I could do without a "Spot of Tea" and "Marmite Sticks".

God Save The President.

Dave


----------



## nutt (Jan 17, 2006)

brown bear killer, 
not bs....and your little smiley there can stick that flag up his ace. J/K..not trying to start a verbal argument, i know how easily it is to start a war on this forum. But seriously it is proven, the ice caps are melting and those were the reasons. Google it!

and ya england and cali arent of any importance to me, (NOT TRYING TO OFFEND ANYONE). I dont even like tea, give me coffee. haha

8)


----------



## Alaskan Brown Bear Killer (Feb 22, 2005)

So nutt, once again.... what caused the ICEAGE? that was a bad thing too right? :eyeroll:


----------



## nutt (Jan 17, 2006)

well...the ice age was caused similar to what is happening now. However when that occured there were no power plants or cars, so the NO and NO2 was strictly from the high volume of volcanoes that were around and errupting at that time. NO and NO2 is a natural gas as well as man made. However it is more formed from nature such as volcanoes and lightning. and these occurances caused the ice caps to melt. And in a way ya it was bad but without it we wouldnt be here. So the ice age was bad for the species that were on the earth when it occured but good for us.

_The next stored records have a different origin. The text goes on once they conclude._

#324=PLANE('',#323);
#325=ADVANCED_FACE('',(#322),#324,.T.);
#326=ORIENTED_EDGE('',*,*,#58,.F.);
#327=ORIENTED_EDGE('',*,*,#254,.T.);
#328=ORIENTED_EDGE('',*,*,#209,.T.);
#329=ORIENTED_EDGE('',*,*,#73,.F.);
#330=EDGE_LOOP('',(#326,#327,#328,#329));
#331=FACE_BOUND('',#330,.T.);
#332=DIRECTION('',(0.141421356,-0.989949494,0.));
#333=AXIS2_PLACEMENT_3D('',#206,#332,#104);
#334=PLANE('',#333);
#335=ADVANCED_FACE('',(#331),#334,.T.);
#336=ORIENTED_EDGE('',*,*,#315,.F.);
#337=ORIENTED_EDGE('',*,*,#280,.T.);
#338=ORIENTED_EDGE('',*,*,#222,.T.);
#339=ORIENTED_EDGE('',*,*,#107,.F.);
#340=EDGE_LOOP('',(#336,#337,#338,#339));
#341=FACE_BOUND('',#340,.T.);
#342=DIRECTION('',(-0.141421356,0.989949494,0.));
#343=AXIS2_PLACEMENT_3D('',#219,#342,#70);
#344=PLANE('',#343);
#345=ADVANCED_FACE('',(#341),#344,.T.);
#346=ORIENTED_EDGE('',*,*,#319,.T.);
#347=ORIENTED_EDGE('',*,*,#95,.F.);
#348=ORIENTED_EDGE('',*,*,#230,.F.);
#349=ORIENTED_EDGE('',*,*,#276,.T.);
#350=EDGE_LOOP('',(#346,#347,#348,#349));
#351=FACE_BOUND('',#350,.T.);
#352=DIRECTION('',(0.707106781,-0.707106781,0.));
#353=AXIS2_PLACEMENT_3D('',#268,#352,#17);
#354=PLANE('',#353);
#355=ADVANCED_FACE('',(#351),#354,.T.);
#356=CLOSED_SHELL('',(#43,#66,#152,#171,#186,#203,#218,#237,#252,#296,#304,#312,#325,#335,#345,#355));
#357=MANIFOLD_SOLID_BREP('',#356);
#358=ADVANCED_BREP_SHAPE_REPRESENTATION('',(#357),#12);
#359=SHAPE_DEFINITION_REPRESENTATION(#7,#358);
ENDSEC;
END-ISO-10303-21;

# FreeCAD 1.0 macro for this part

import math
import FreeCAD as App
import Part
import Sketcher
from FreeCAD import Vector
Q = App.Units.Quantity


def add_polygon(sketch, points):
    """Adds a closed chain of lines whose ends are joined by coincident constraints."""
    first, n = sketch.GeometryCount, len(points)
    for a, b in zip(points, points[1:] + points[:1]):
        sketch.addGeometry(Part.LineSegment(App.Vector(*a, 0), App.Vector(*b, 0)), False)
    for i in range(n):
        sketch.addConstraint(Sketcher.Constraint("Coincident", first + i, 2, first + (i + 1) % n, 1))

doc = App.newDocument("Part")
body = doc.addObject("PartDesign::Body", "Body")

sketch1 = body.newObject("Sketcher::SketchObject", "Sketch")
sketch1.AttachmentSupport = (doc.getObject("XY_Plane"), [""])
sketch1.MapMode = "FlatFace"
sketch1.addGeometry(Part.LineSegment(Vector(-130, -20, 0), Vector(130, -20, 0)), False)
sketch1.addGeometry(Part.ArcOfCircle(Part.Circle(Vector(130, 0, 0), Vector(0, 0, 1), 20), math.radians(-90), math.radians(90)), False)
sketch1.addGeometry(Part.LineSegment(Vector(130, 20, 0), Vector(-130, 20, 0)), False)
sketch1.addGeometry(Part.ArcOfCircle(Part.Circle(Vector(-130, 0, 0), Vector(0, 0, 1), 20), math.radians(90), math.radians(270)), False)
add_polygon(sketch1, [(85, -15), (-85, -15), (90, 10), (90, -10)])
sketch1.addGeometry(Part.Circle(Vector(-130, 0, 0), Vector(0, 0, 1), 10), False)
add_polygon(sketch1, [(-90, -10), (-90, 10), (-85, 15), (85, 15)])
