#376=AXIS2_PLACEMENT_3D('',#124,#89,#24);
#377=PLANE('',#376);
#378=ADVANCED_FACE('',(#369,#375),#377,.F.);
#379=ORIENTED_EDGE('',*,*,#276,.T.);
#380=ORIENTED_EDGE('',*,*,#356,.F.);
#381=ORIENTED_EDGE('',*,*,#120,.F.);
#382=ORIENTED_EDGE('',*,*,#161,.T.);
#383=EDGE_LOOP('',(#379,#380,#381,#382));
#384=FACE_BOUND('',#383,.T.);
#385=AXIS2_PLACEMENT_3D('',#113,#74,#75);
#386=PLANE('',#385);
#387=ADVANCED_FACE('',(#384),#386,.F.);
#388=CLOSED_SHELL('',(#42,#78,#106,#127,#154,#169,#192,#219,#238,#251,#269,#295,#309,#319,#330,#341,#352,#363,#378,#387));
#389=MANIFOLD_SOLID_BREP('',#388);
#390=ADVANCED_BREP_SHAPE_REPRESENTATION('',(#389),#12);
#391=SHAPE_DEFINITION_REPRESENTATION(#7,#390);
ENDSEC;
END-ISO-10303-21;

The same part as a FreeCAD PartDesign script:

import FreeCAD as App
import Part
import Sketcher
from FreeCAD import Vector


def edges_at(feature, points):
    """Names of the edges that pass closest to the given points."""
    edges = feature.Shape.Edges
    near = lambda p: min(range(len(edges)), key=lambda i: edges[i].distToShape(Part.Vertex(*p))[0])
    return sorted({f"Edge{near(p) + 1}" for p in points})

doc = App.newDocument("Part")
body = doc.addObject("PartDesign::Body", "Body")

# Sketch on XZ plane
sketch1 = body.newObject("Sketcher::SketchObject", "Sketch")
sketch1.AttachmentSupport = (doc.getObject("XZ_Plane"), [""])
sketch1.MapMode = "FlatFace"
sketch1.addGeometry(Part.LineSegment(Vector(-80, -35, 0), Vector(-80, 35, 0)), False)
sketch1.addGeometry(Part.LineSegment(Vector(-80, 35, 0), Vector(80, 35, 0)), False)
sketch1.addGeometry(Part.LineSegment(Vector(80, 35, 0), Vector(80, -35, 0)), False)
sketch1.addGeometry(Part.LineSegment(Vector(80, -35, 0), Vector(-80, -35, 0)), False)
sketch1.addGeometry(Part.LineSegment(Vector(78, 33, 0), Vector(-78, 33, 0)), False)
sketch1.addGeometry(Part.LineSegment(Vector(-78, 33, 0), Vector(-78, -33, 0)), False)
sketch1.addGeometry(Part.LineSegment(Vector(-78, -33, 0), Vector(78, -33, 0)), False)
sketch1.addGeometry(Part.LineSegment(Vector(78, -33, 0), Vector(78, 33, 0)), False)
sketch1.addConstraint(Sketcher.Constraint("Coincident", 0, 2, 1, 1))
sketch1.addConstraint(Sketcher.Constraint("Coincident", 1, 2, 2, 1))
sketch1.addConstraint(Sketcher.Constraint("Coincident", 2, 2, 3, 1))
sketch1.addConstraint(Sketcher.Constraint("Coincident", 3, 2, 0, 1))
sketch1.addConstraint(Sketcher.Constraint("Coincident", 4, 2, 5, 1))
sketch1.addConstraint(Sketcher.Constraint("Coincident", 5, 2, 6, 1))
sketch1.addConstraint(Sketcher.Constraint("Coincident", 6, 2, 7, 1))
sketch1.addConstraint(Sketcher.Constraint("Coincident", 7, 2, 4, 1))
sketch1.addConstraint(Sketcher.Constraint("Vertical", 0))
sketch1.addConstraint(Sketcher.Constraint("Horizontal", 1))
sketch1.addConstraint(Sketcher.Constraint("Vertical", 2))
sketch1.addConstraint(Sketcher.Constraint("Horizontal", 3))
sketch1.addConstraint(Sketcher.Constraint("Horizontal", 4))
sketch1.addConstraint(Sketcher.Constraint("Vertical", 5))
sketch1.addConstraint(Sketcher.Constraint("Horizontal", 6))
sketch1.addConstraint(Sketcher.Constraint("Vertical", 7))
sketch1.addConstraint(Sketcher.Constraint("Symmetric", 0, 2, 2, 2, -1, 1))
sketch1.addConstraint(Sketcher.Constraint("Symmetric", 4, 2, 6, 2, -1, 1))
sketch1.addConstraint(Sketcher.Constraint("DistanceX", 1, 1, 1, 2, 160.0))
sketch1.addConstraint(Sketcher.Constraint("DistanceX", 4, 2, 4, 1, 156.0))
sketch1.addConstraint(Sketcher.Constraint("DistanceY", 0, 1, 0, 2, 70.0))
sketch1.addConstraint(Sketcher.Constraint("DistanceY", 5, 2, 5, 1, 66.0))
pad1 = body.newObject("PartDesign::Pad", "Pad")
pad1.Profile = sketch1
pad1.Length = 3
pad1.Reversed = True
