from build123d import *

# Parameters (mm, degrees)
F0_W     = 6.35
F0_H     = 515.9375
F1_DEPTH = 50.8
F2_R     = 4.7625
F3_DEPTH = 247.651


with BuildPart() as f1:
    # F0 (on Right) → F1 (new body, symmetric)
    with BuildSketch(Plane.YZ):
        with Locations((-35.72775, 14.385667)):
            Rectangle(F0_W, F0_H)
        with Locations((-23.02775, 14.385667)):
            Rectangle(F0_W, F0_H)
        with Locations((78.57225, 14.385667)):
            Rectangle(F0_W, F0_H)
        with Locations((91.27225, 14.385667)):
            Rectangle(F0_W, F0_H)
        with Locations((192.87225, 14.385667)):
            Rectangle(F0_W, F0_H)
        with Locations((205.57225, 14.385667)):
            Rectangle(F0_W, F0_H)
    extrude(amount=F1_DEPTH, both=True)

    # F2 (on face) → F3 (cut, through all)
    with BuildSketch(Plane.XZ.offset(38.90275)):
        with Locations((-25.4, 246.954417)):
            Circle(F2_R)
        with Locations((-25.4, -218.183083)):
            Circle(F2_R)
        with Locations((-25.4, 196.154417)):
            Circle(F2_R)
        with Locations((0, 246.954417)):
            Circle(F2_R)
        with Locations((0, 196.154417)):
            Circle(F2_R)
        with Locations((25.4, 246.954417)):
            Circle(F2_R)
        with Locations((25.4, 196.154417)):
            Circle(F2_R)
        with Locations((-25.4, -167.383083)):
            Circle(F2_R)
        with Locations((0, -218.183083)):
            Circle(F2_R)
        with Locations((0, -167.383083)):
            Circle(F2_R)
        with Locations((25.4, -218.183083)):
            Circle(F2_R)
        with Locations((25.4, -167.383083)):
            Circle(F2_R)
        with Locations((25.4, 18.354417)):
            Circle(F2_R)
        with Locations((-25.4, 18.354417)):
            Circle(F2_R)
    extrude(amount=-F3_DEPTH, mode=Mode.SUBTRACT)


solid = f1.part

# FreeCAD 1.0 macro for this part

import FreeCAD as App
import Part
import Sketcher

V = App.Vector
Q = App.Units.Quantity

doc = App.newDocument("Part")
body = doc.addObject("PartDesign::Body", "Body")
body.AllowCompound = True

sketch1 = body.newObject("Sketcher::SketchObject", "Sketch")
sketch1.AttachmentSupport = (doc.getObject("YZ_Plane"), [""])
sketch1.MapMode = "FlatFace"
sketch1.addGeometry([
    Part.LineSegment(V(-38.90275, 272.354417, 0), V(-38.90275, -243.583083, 0)),
    Part.LineSegment(V(-38.90275, -243.583083, 0), V(-32.55275, -243.583083, 0)),
    Part.LineSegment(V(-32.55275, -243.583083, 0), V(-32.55275, 272.354417, 0)),
    Part.LineSegment(V(-32.55275, 272.354417, 0), V(-38.90275, 272.354417, 0)),
    Part.LineSegment(V(-26.20275, 272.354417, 0), V(-26.20275, -243.583083, 0)),
    Part.LineSegment(V(-26.20275, -243.583083, 0), V(-19.85275, -243.583083, 0)),
    Part.LineSegment(V(-19.85275, -243.583083, 0), V(-19.85275, 272.354417, 0)),
    Part.LineSegment(V(-19.85275, 272.354417, 0), V(-26.20275, 272.354417, 0)),
    Part.LineSegment(V(75.39725, 272.354417, 0), V(75.39725, -243.583083, 0)),
    Part.LineSegment(V(75.39725, -243.583083, 0), V(81.74725, -243.583083, 0)),
    Part.LineSegment(V(81.74725, -243.583083, 0), V(81.74725, 272.354417, 0)),
    Part.LineSegment(V(81.74725, 272.354417, 0), V(75.39725, 272.354417, 0)),
    Part.LineSegment(V(88.09725, 272.354417, 0), V(88.09725, -243.583083, 0)),
    Part.LineSegment(V(88.09725, -243.583083, 0), V(94.44725, -243.583083, 0)),
    Part.LineSegment(V(94.44725, -243.583083, 0), V(94.44725, 272.354417, 0)),
    Part.LineSegment(V(94.44725, 272.354417, 0), V(88.09725, 272.354417, 0)),
    Part.LineSegment(V(189.69725, 272.354417, 0), V(189.69725, -243.583083, 0)),
    Part.LineSegment(V(189.69725, -243.583083, 0), V(196.04725, -243.583083, 0)),
    Part.LineSegment(V(196.04725, -243.583083, 0), V(196.04725, 272.354417, 0)),
    Part.LineSegment(V(196.04725, 272.354417, 0), V(189.69725, 272.354417, 0)),
    Part.LineSegment(V(202.39725, 272.354417, 0), V(202.39725, -243.583083, 0)),
    Part.LineSegment(V(202.39725, -243.583083, 0), V(208.74725, -243.583083, 0)),
    Part.LineSegment(V(208.74725, -243.583083, 0), V(208.74725, 272.354417, 0)),
    Part.LineSegment(V(208.74725, 272.354417, 0), V(202.39725, 272.354417, 0)),
], False)
sketch1.addConstraint([
    Sketcher.Constraint("Coincident", 0, 2, 1, 1),
    Sketcher.Constraint("Coincident", 1, 2, 2, 1),
    Sketcher.Constraint("Coincident", 2, 2, 3, 1),
    Sketcher.Constraint("Coincident", 3, 2, 0, 1),
    Sketcher.Constraint("Coincident", 4, 2, 5, 1),
    Sketcher.Constraint("Coincident", 5, 2, 6, 1),
    Sketcher.Constraint("Coincident", 6, 2, 7, 1),
    Sketcher.Constraint("Coincident", 7, 2, 4, 1),
    Sketcher.Constraint("Coincident", 8, 2, 9, 1),
    Sketcher.Constraint("Coincident", 9, 2, 10, 1),
    Sketcher.Constraint("Coincident", 10, 2, 11, 1),
    Sketcher.Constraint("Coincident", 11, 2, 8, 1),
    Sketcher.Constraint("Coincident", 12, 2, 13, 1),
    Sketcher.Constraint("Coincident", 13, 2, 14, 1),
    Sketcher.Constraint("Coincident", 14, 2, 15, 1),
    Sketcher.Constraint("Coincident", 15, 2, 12, 1),
    Sketcher.Constraint("Coincident", 16, 2, 17, 1),
    Sketcher.Constraint("Coincident", 17, 2, 18, 1),
    Sketcher.Constraint("Coincident", 18, 2, 19, 1),
    Sketcher.Constraint("Coincident", 19, 2, 16, 1),
    Sketcher.Constraint("Coincident", 20, 2, 21, 1),
    Sketcher.Constraint("Coincident", 21, 2, 22, 1),
    Sketcher.Constraint("Coincident", 22, 2, 23, 1),
    Sketcher.Constraint("Coincident", 23, 2, 20, 1),
    Sketcher.Constraint("Vertical", 0),
    Sketcher.Constraint("Horizontal", 1),
    Sketcher.Constraint("Vertical", 2),
    Sketcher.Constraint("Horizontal", 3),
    Sketcher.Constraint("Vertical", 4),
    Sketcher.Constraint("Horizontal", 5),
    Sketcher.Constraint("Vertical", 6),
    Sketcher.Constraint("Horizontal", 7),
    Sketcher.Constraint("Vertical", 8),
    Sketcher.Constraint("Horizontal", 9),
    Sketcher.Constraint("Vertical", 10),
    Sketcher.Constraint("Horizontal", 11),
    Sketcher.Constraint("Vertical", 12),
    Sketcher.Constraint("Horizontal", 13),
    Sketcher.Constraint("Vertical", 14),
    Sketcher.Constraint("Horizontal", 15),
    Sketcher.Constraint("Vertical", 16),
    Sketcher.Constraint("Horizontal", 17),
    Sketcher.Constraint("Vertical", 18),
    Sketcher.Constraint("Horizontal", 19),
    Sketcher.Constraint("Vertical", 20),
    Sketcher.Constraint("Horizontal", 21),
    Sketcher.Constraint("Vertical", 22),
    Sketcher.Constraint("Horizontal", 23),
    Sketcher.Constraint("Horizontal", 1, 2, 4, 2),
    Sketcher.Constraint("Horizontal", 3, 2, 6, 2),
    Sketcher.Constraint("Horizontal", 5, 2, 8, 2),
    Sketcher.Constraint("Horizontal", 7, 2, 10, 2),
    Sketcher.Constraint("Horizontal", 9, 2, 12, 2),
    Sketcher.Constraint("Horizontal", 11, 2, 14, 2),
    Sketcher.Constraint("Horizontal", 13, 2, 16, 2),
    Sketcher.Constraint("Horizontal", 15, 2, 18, 2),
    Sketcher.Constraint("Horizontal", 17, 2, 20, 2),
    Sketcher.Constraint("Horizontal", 19, 2, 22, 2),
    Sketcher.Constraint("Equal", 3, 5),
    Sketcher.Constraint("Equal", 7, 9),
    Sketcher.Constraint("Equal", 11, 13),
    Sketcher.Constraint("Equal", 15, 17),
    Sketcher.Constraint("Equal", 19, 21),
    Sketcher.Constraint("DistanceX", 4, 2, 8, 2, Q("4 in")),
    Sketcher.Constraint("DistanceX", 2, 2, 14, 2, Q("5 in")),
    Sketcher.Constraint("DistanceX", 12, 2, 16, 2, Q("4 in")),
    Sketcher.Constraint("DistanceX", 10, 2, 22, 2, Q("5 in")),
    Sketcher.Constraint("DistanceX", 1, 1, 1, 2, Q("0.25 in")),
    Sketcher.Constraint("DistanceX", 0, 2, 4, 2, Q("0.5 in")),
    Sketcher.Constraint("DistanceY", 0, 2, 0, 1, Q("20.3125 in")),
    Sketcher.Constraint("DistanceX", 0, 2, -1, 1, 38.90275),
    Sketcher.Constraint("DistanceY", 0, 2, -1, 1, 243.583083),
])
pad1 = body.newObject("PartDesign::Pad", "Pad")
pad1.Profile = sketch1
pad1.Length = Q("4 in")
pad1.Midplane = True

sketch2 = body.newObject("Sketcher::SketchObject", "Sketch001")
sketch2.AttachmentSupport = (doc.getObject("XZ_Plane"), [""])
sketch2.MapMode = "FlatFace"
sketch2.AttachmentOffset = App.Placement(V(0, 0, 38.90275), App.Rotation())
sketch2.addGeometry([
    Part.Circle(V(-25.4, 246.954417, 0), V(0, 0, 1), 4.7625),
    Part.Circle(V(-25.4, -218.183083, 0), V(0, 0, 1), 4.7625),
    Part.Circle(V(-25.4, 196.154417, 0), V(0, 0, 1), 4.7625),
    Part.Circle(V(0, 246.954417, 0), V(0, 0, 1), 4.7625),
    Part.Circle(V(0, 196.154417, 0), V(0, 0, 1), 4.7625),
    Part.Circle(V(25.4, 246.954417, 0), V(0, 0, 1), 4.7625),
    Part.Circle(V(25.4, 196.154417, 0), V(0, 0, 1), 4.7625),
    Part.Circle(V(-25.4, -167.383083, 0), V(0, 0, 1), 4.7625),
    Part.Circle(V(0, -218.183083, 0), V(0, 0, 1), 4.7625),
    Part.Circle(V(0, -167.383083, 0), V(0, 0, 1), 4.7625),
    Part.Circle(V(25.4, -218.183083, 0), V(0, 0, 1), 4.7625),
    Part.Circle(V(25.4, -167.383083, 0), V(0, 0, 1), 4.7625),
    Part.Circle(V(25.4, 18.354417, 0), V(0, 0, 1), 4.7625),
    Part.Circle(V(-25.4, 18.354417, 0), V(0, 0, 1), 4.7625),
], False)
sketch2.addConstraint([
    Sketcher.Constraint("Equal", 0, 1),
    Sketcher.Constraint("Equal", 1, 2),
    Sketcher.Constraint("Equal", 2, 3),
    Sketcher.Constraint("Equal", 3, 4),
    Sketcher.Constraint("Equal", 4, 5),
    Sketcher.Constraint("Equal", 5, 6),
    Sketcher.Constraint("Equal", 6, 7),
    Sketcher.Constraint("Equal", 7, 8),
    Sketcher.Constraint("Equal", 8, 9),
    Sketcher.Constraint("Equal", 9, 10),
    Sketcher.Constraint("Equal", 10, 11),
    Sketcher.Constraint("Equal", 11, 12),
    Sketcher.Constraint("Equal", 12, 13),
    Sketcher.Constraint("Symmetric", 0, 3, 5, 3, -2),
    Sketcher.Constraint("Symmetric", 2, 3, 6, 3, -2),
    Sketcher.Constraint("Symmetric", 1, 3, 10, 3, -2),
    Sketcher.Constraint("Symmetric", 7, 3, 11, 3, -2),
    Sketcher.Constraint("Symmetric", 12, 3, 13, 3, -2),
    Sketcher.Constraint("PointOnObject", 3, 3, -2),
    Sketcher.Constraint("PointOnObject", 4, 3, -2),
    Sketcher.Constraint("PointOnObject", 8, 3, -2),
    Sketcher.Constraint("PointOnObject", 9, 3, -2),
    Sketcher.Constraint("Horizontal", 0, 3, 3, 3),
    Sketcher.Constraint("Horizontal", 2, 3, 4, 3),
    Sketcher.Constraint("Horizontal", 1, 3, 8, 3),
    Sketcher.Constraint("Horizontal", 7, 3, 9, 3),
    Sketcher.Constraint("Vertical", 0, 3, 1, 3),
    Sketcher.Constraint("Vertical", 1, 3, 2, 3),
    Sketcher.Constraint("Vertical", 2, 3, 7, 3),
    Sketcher.Constraint("Vertical", 11, 3, 12, 3),
    Sketcher.Constraint("Diameter", 0, Q("0.375 in")),
    Sketcher.Constraint("DistanceX", 0, 3, -1, 1, Q("1 in")),
    Sketcher.Constraint("DistanceY", 2, 3, 0, 3, Q("2 in")),
    Sketcher.Constraint("DistanceY", 1, 3, 7, 3, Q("2 in")),
    Sketcher.Constraint("DistanceY", 12, 3, 6, 3, Q("7 in")),
    Sketcher.Constraint("DistanceY", 1, 3, 0, 3, Q("18.3125 in")),
    Sketcher.Constraint("DistanceY", -1, 1, 0, 3, 246.954417),
])
pocket1 = body.newObject("PartDesign::Pocket", "Pocket")
pocket1.Profile = sketch2
pocket1.Type = "ThroughAll"

doc.recompute()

Look it up on google...im not a scientist you'll get more of an educated response from that.


----------



## boondocks (Jan 27, 2006)

I don't buy into any of this global warming,the sky is falling BS.It all fits into Gods plan some how,and there isn't anything we can do about it.Not even Al Gore can fix it.


----------



## Alaskan Brown Bear Killer (Feb 22, 2005)

So the EARTH did it without human involvement, WOW!


----------



## torf (Mar 11, 2002)

i don't know if i buy into global warming either. some scientists say its happening but just as many say that we are still coming out of an ice age. and as far as the ice caps go, what happens when you put an ice cube in a cup of water and let it melt? the water level goes down. just something to think about.


----------



## Ande8183 (Sep 18, 2005)

Global Warming is a fact, but if you look into the past, the earth goes through cycles of hot and cold. Humans are just accelerating that fact. As for England and California being under water in 100 years, where are your "facts" coming from? There are a lot of doomsdayers out there and you have to pick and choose which information seems most credible.

How about the show that aired on the Discovery Channel last year. It said that there was a supervolcanoe under Yellowstone National Park. According to the "scientists" the volcanoe is years overdue to erupt, and when it erupts we will fall into an ice age. I talked to a geologist about this event and he said that we do not know for sure what is down there but the best guess that he has heard of is that there are several channels of lava that meet under Yellowstone creating an eddy, which is the cause of the hotsprings. Like I said, just because you read something on the internet, does not mean that it is correct.


----------



## Militant_Tiger (Feb 23, 2004)

It is warming globally, look at the mean temperatures. What is occuring is a shift in climate patterns, some places will get colder, many warmer. The warming is due to positive feedback loops, which means that the more greenhouse gases we release into the atmosphere, the more light they absorb, warming the globe.


----------



## Alaskan Brown Bear Killer (Feb 22, 2005)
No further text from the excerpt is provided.